PROVIDED DATA Start Marker
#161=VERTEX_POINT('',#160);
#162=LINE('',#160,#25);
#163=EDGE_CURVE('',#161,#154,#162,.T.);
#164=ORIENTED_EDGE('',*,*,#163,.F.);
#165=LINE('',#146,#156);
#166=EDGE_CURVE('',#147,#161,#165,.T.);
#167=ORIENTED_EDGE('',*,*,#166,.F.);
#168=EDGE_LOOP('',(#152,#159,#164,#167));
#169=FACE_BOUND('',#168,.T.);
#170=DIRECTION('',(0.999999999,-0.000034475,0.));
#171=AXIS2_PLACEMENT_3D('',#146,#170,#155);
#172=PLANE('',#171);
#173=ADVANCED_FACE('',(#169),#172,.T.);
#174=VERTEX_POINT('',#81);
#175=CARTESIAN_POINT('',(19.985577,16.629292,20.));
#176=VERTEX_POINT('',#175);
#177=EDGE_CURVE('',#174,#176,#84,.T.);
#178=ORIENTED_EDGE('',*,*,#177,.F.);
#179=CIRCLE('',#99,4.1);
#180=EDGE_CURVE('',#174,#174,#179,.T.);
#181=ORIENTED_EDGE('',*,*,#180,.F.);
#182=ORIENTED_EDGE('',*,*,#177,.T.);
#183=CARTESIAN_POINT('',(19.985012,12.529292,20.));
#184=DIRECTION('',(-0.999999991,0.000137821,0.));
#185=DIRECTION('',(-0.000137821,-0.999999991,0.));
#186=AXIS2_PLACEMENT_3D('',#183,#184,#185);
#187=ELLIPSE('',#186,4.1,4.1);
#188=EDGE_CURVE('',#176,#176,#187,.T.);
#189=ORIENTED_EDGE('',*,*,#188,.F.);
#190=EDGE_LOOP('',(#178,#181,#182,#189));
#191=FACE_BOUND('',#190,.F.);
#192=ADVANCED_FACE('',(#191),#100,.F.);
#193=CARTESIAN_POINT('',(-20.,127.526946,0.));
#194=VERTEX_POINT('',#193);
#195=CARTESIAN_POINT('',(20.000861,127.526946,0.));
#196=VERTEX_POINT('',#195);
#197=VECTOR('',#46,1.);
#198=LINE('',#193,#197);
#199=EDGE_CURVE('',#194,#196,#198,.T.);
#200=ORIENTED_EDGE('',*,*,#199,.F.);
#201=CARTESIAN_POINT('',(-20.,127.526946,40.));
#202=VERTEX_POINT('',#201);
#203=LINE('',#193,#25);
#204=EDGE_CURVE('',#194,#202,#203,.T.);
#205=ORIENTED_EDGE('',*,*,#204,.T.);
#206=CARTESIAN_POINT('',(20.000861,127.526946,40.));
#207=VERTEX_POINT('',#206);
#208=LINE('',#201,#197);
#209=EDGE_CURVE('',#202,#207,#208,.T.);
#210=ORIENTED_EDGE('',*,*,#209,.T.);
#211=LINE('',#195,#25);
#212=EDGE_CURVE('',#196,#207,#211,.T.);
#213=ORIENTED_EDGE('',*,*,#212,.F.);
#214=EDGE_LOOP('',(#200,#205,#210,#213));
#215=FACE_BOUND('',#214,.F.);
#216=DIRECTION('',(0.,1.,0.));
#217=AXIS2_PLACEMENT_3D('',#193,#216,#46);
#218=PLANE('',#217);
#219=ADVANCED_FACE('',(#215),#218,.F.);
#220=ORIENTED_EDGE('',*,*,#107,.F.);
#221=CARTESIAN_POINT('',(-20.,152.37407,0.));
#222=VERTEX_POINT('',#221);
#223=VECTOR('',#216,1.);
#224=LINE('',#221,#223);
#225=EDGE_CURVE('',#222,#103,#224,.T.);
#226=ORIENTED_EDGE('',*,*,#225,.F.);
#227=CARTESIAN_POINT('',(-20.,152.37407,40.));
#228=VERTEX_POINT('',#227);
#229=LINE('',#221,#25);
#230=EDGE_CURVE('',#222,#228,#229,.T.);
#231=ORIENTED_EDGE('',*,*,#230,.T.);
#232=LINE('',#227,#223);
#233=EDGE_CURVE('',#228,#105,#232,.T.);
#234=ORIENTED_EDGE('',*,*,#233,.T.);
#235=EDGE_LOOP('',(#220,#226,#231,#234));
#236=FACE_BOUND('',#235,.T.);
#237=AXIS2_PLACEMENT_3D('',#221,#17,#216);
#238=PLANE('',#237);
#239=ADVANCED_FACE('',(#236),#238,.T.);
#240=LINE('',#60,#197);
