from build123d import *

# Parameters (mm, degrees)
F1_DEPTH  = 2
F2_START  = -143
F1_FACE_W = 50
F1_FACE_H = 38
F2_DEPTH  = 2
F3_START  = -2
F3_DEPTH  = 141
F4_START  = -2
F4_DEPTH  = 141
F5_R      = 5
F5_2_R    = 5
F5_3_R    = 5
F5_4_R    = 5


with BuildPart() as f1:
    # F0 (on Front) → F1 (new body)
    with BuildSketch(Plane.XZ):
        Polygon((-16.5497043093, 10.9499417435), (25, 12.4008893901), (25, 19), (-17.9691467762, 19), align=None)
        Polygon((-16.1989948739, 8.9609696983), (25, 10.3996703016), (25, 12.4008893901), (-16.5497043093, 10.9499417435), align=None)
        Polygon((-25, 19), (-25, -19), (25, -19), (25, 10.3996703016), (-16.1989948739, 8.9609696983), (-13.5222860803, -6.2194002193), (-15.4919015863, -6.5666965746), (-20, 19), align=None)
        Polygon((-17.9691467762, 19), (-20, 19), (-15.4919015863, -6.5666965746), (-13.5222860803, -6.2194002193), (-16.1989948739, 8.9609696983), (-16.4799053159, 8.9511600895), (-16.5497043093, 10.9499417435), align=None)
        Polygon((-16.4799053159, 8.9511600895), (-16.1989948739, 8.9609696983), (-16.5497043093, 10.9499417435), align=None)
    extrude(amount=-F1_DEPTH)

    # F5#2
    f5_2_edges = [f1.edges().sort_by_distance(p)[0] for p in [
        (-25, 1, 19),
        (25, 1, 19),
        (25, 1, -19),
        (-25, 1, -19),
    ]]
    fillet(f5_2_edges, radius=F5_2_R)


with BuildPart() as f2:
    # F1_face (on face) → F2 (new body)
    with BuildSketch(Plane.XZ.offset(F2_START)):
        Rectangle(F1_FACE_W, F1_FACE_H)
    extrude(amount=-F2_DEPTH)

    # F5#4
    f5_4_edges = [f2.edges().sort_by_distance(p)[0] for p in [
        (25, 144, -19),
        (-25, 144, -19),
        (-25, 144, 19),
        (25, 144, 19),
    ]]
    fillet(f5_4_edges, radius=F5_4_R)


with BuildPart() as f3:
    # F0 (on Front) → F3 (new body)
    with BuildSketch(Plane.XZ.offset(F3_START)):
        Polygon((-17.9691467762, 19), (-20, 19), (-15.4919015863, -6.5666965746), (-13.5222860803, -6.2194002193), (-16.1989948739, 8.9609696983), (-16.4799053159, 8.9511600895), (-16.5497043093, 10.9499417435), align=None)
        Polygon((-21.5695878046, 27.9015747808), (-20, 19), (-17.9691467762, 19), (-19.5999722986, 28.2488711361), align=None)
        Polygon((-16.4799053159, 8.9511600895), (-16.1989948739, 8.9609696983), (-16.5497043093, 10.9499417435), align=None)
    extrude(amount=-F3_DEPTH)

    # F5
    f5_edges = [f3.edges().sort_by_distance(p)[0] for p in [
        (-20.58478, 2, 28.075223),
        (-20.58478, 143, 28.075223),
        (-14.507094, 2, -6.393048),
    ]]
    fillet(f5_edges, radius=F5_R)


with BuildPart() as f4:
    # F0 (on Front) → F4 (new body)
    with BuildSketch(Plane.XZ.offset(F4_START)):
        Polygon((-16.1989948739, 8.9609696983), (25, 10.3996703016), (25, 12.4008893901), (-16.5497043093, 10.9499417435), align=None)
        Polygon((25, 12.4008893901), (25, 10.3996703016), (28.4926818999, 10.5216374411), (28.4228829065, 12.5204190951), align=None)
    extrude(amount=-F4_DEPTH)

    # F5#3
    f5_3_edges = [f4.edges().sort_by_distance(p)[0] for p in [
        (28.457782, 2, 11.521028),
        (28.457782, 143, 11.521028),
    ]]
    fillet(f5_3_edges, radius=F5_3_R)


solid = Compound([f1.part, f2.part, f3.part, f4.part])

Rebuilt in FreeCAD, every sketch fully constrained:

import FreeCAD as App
import Part
import Sketcher
Q = App.Units.Quantity


def edges_at(feature, points):
    """Names of the edges that pass closest to the given points."""
    edges = feature.Shape.Edges
    near = lambda p: min(range(len(edges)), key=lambda i: edges[i].distToShape(Part.Vertex(*p))[0])
    return sorted({f"Edge{near(p) + 1}" for p in points})

doc = App.newDocument("Part")
body = doc.addObject("PartDesign::Body", "Body")

# Sketch on XZ plane
sketch1 = body.newObject("Sketcher::SketchObject", "Sketch")
sketch1.AttachmentSupport = (doc.getObject("XZ_Plane"), [""])
sketch1.MapMode = "FlatFace"
sketch1.addGeometry([
    Part.LineSegment(App.Vector(25, 19, 0), App.Vector(-25, 19, 0)),
    Part.LineSegment(App.Vector(-25, 19, 0), App.Vector(-25, -19, 0)),
    Part.LineSegment(App.Vector(-25, -19, 0), App.Vector(25, -19, 0)),
    Part.LineSegment(App.Vector(25, -19, 0), App.Vector(25, 19, 0)),
], False)
sketch1.addConstraint([
    Sketcher.Constraint("Coincident", 0, 2, 1, 1),
    Sketcher.Constraint("Coincident", 1, 2, 2, 1),
    Sketcher.Constraint("Coincident", 2, 2, 3, 1),
    Sketcher.Constraint("Coincident", 3, 2, 0, 1),
    Sketcher.Constraint("Horizontal", 0),
    Sketcher.Constraint("Vertical", 1),
    Sketcher.Constraint("Horizontal", 2),
    Sketcher.Constraint("Vertical", 3),
    Sketcher.Constraint("Symmetric", 0, 2, 2, 2, -1, 1),
    Sketcher.Constraint("DistanceX", 0, 2, 0, 1, Q("50 mm")),
    Sketcher.Constraint("DistanceY", 1, 2, 1, 1, Q("38 mm")),
])
pad1 = body.newObject("PartDesign::Pad", "Pad")
pad1.Profile = sketch1
pad1.Length = 2
pad1.Reversed = True
doc.recompute()

fillet = body.newObject("PartDesign::Fillet", "Fillet")
fillet.Base = (pad1, edges_at(pad1, [
    (-25, 1, 19),
    (25, 1, 19),
    (25, 1, -19),
    (-25, 1, -19),
]))
fillet.Radius = 5
body2 = doc.addObject("PartDesign::Body", "Body001")

# Sketch on XZ plane
sketch2 = body2.newObject("Sketcher::SketchObject", "Sketch001")
sketch2.AttachmentSupport = (doc.getObject("XZ_Plane001"), [""])
sketch2.MapMode = "FlatFace"
sketch2.AttachmentOffset = App.Placement(App.Vector(0, 0, -143), App.Rotation())
sketch2.addGeometry([
    Part.LineSegment(App.Vector(-25, 19, 0), App.Vector(-25, -19, 0)),
    Part.LineSegment(App.Vector(-25, -19, 0), App.Vector(25, -19, 0)),
    Part.LineSegment(App.Vector(25, -19, 0), App.Vector(25, 19, 0)),
    Part.LineSegment(App.Vector(25, 19, 0), App.Vector(-25, 19, 0)),
], False)
sketch2.addConstraint([
    Sketcher.Constraint("Coincident", 0, 2, 1, 1),
    Sketcher.Constraint("Coincident", 1, 2, 2, 1),
    Sketcher.Constraint("Coincident", 2, 2, 3, 1),
    Sketcher.Constraint("Coincident", 3, 2, 0, 1),
    Sketcher.Constraint("Vertical", 0),
    Sketcher.Constraint("Horizontal", 1),
    Sketcher.Constraint("Vertical", 2),
    Sketcher.Constraint("Horizontal", 3),
    Sketcher.Constraint("Symmetric", 0, 2, 2, 2, -1, 1),
    Sketcher.Constraint("DistanceX", 1, 1, 1, 2, Q("50 mm")),
    Sketcher.Constraint("DistanceY", 0, 2, 0, 1, Q("38 mm")),
])
pad2 = body2.newObject("PartDesign::Pad", "Pad001")
pad2.Profile = sketch2
pad2.Length = 2
pad2.Reversed = True
doc.recompute()

fillet2 = body2.newObject("PartDesign::Fillet", "Fillet001")
fillet2.Base = (pad2, edges_at(pad2, [
    (25, 144, -19),
    (-25, 144, -19),
    (-25, 144, 19),
    (25, 144, 19),
]))
fillet2.Radius = 5
body3 = doc.addObject("PartDesign::Body", "Body002")

# Sketch on XZ plane
sketch3 = body3.newObject("Sketcher::SketchObject", "Sketch002")
sketch3.AttachmentSupport = (doc.getObject("XZ_Plane002"), [""])
sketch3.MapMode = "FlatFace"
sketch3.AttachmentOffset = App.Placement(App.Vector(0, 0, -2), App.Rotation())
sketch3.addGeometry([
    Part.LineSegment(App.Vector(-20, 19, 0), App.Vector(-15.5, -6.6, 0)),  # 0
    Part.LineSegment(App.Vector(-15.5, -6.6, 0), App.Vector(-13.5, -6.2, 0)),  # 1
    Part.LineSegment(App.Vector(-13.5, -6.2, 0), App.Vector(-16.2, 9, 0)),  # 2
    Part.LineSegment(App.Vector(-16.2, 9, 0), App.Vector(-16.5, 10.9, 0)),  # 3
    Part.LineSegment(App.Vector(-16.5, 10.9, 0), App.Vector(-19.6, 28.2, 0)),  # 4
    Part.LineSegment(App.Vector(-19.6, 28.2, 0), App.Vector(-21.6, 27.9, 0)),  # 5
    Part.LineSegment(App.Vector(-21.6, 27.9, 0), App.Vector(-20, 19, 0)),  # 6
], False)
sketch3.addConstraint([
    Sketcher.Constraint("Coincident", 0, 2, 1, 1),
    Sketcher.Constraint("Coincident", 1, 2, 2, 1),
    Sketcher.Constraint("Coincident", 2, 2, 3, 1),
    Sketcher.Constraint("Coincident", 3, 2, 4, 1),
    Sketcher.Constraint("Coincident", 4, 2, 5, 1),
    Sketcher.Constraint("Coincident", 5, 2, 6, 1),
    Sketcher.Constraint("Coincident", 6, 2, 0, 1),
    Sketcher.Constraint("Perpendicular", 0, 1),
    Sketcher.Constraint("Perpendicular", 1, 2),
    Sketcher.Constraint("Parallel", 2, 3),
    Sketcher.Constraint("Parallel", 3, 4),
    Sketcher.Constraint("Perpendicular", 4, 5),
    Sketcher.Constraint("Perpendicular", 5, 6),
    Sketcher.Constraint("Angle", 0, Q("-80 deg")),
    Sketcher.Constraint("Distance", 1, Q("2 mm")),
    Sketcher.Constraint("DistanceX", 6, 2, -1, 1, Q("20 mm")),
    Sketcher.Constraint("DistanceY", -1, 1, 6, 2, Q("19 mm")),
    Sketcher.Constraint("DistanceX", 0, 2, -1, 1, Q("15.491902 mm")),
    Sketcher.Constraint("DistanceY", 2, 2, 4, 2, Q("19.287901 mm")),
    Sketcher.Constraint("DistanceX", 5, 2, 1, 2, Q("8.047302 mm")),
    Sketcher.Constraint("DistanceY", -1, 1, 3, 2, Q("10.949942 mm")),
])
pad3 = body3.newObject("PartDesign::Pad", "Pad002")
pad3.Profile = sketch3
pad3.Length = 141
pad3.Reversed = True
doc.recompute()

fillet3 = body3.newObject("PartDesign::Fillet", "Fillet002")
fillet3.Base = (pad3, edges_at(pad3, [(-20.585, 2, 28.075), (-20.585, 143, 28.075), (-14.507, 2, -6.393)]))
fillet3.Radius = 5
body4 = doc.addObject("PartDesign::Body", "Body003")

# Sketch on XZ plane
sketch4 = body4.newObject("Sketcher::SketchObject", "Sketch003")
sketch4.AttachmentSupport = (doc.getObject("XZ_Plane003"), [""])
sketch4.MapMode = "FlatFace"
sketch4.AttachmentOffset = App.Placement(App.Vector(0, 0, -2), App.Rotation())
sketch4.addGeometry([
    Part.LineSegment(App.Vector(-16.2, 9, 0), App.Vector(25, 10.4, 0)),  # 0
    Part.LineSegment(App.Vector(25, 10.4, 0), App.Vector(28.5, 10.5, 0)),  # 1
    Part.LineSegment(App.Vector(28.5, 10.5, 0), App.Vector(28.4, 12.5, 0)),  # 2
    Part.LineSegment(App.Vector(28.4, 12.5, 0), App.Vector(25, 12.4, 0)),  # 3
    Part.LineSegment(App.Vector(25, 12.4, 0), App.Vector(-16.5, 10.9, 0)),  # 4
    Part.LineSegment(App.Vector(-16.5, 10.9, 0), App.Vector(-16.2, 9, 0)),  # 5
], False)
sketch4.addConstraint([
    Sketcher.Constraint("Coincident", 0, 2, 1, 1),
    Sketcher.Constraint("Coincident", 1, 2, 2, 1),
    Sketcher.Constraint("Coincident", 2, 2, 3, 1),
    Sketcher.Constraint("Coincident", 3, 2, 4, 1),
    Sketcher.Constraint("Coincident", 4, 2, 5, 1),
    Sketcher.Constraint("Coincident", 5, 2, 0, 1),
    Sketcher.Constraint("Parallel", 0, 1),
    Sketcher.Constraint("Perpendicular", 1, 2),
    Sketcher.Constraint("Perpendicular", 2, 3),
    Sketcher.Constraint("Parallel", 3, 4),
    Sketcher.Constraint("Vertical", 0, 2, 3, 2),
    Sketcher.Constraint("Angle", 0, Q("2 deg")),
    Sketcher.Constraint("Angle", 5, Q("-80 deg")),
    Sketcher.Constraint("Distance", 2, Q("2 mm")),
    Sketcher.Constraint("DistanceX", -1, 1, 0, 2, Q("25 mm")),
    Sketcher.Constraint("DistanceY", 5, 2, 0, 2, Q("1.438701 mm")),
    Sketcher.Constraint("Distance", 1, Q("3.494811 mm")),
    Sketcher.Constraint("DistanceY", -1, 1, 0, 2, Q("10.39967 mm")),
])
pad4 = body4.newObject("PartDesign::Pad", "Pad003")
pad4.Profile = sketch4
pad4.Length = 141
pad4.Reversed = True
doc.recompute()

fillet4 = body4.newObject("PartDesign::Fillet", "Fillet003")
fillet4.Base = (pad4, edges_at(pad4, [(28.458, 2, 11.521), (28.458, 143, 11.521)]))
fillet4.Radius = 5

doc.recompute()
PROVIDED DATA End Marker
■ ABOUT THIS EXERCISE ■
When the line containing "#192=ADVANCED_FACE('',(#191),#100,.F.);" is reached, include it and stop. Until then, output each line of the entries exactly as given, starting from the first.

■ FINISHED EXERCISE ■
#161=VERTEX_POINT('',#160);
#162=LINE('',#160,#25);
#163=EDGE_CURVE('',#161,#154,#162,.T.);
#164=ORIENTED_EDGE('',*,*,#163,.F.);
#165=LINE('',#146,#156);
#166=EDGE_CURVE('',#147,#161,#165,.T.);
#167=ORIENTED_EDGE('',*,*,#166,.F.);
#168=EDGE_LOOP('',(#152,#159,#164,#167));
#169=FACE_BOUND('',#168,.T.);
#170=DIRECTION('',(0.999999999,-0.000034475,0.));
#171=AXIS2_PLACEMENT_3D('',#146,#170,#155);
#172=PLANE('',#171);
#173=ADVANCED_FACE('',(#169),#172,.T.);
#174=VERTEX_POINT('',#81);
#175=CARTESIAN_POINT('',(19.985577,16.629292,20.));
#176=VERTEX_POINT('',#175);
#177=EDGE_CURVE('',#174,#176,#84,.T.);
#178=ORIENTED_EDGE('',*,*,#177,.F.);
#179=CIRCLE('',#99,4.1);
#180=EDGE_CURVE('',#174,#174,#179,.T.);
#181=ORIENTED_EDGE('',*,*,#180,.F.);
#182=ORIENTED_EDGE('',*,*,#177,.T.);
#183=CARTESIAN_POINT('',(19.985012,12.529292,20.));
#184=DIRECTION('',(-0.999999991,0.000137821,0.));
#185=DIRECTION('',(-0.000137821,-0.999999991,0.));
#186=AXIS2_PLACEMENT_3D('',#183,#184,#185);
#187=ELLIPSE('',#186,4.1,4.1);
#188=EDGE_CURVE('',#176,#176,#187,.T.);
#189=ORIENTED_EDGE('',*,*,#188,.F.);
#190=EDGE_LOOP('',(#178,#181,#182,#189));
#191=FACE_BOUND('',#190,.F.);
#192=ADVANCED_FACE('',(#191),#100,.F.);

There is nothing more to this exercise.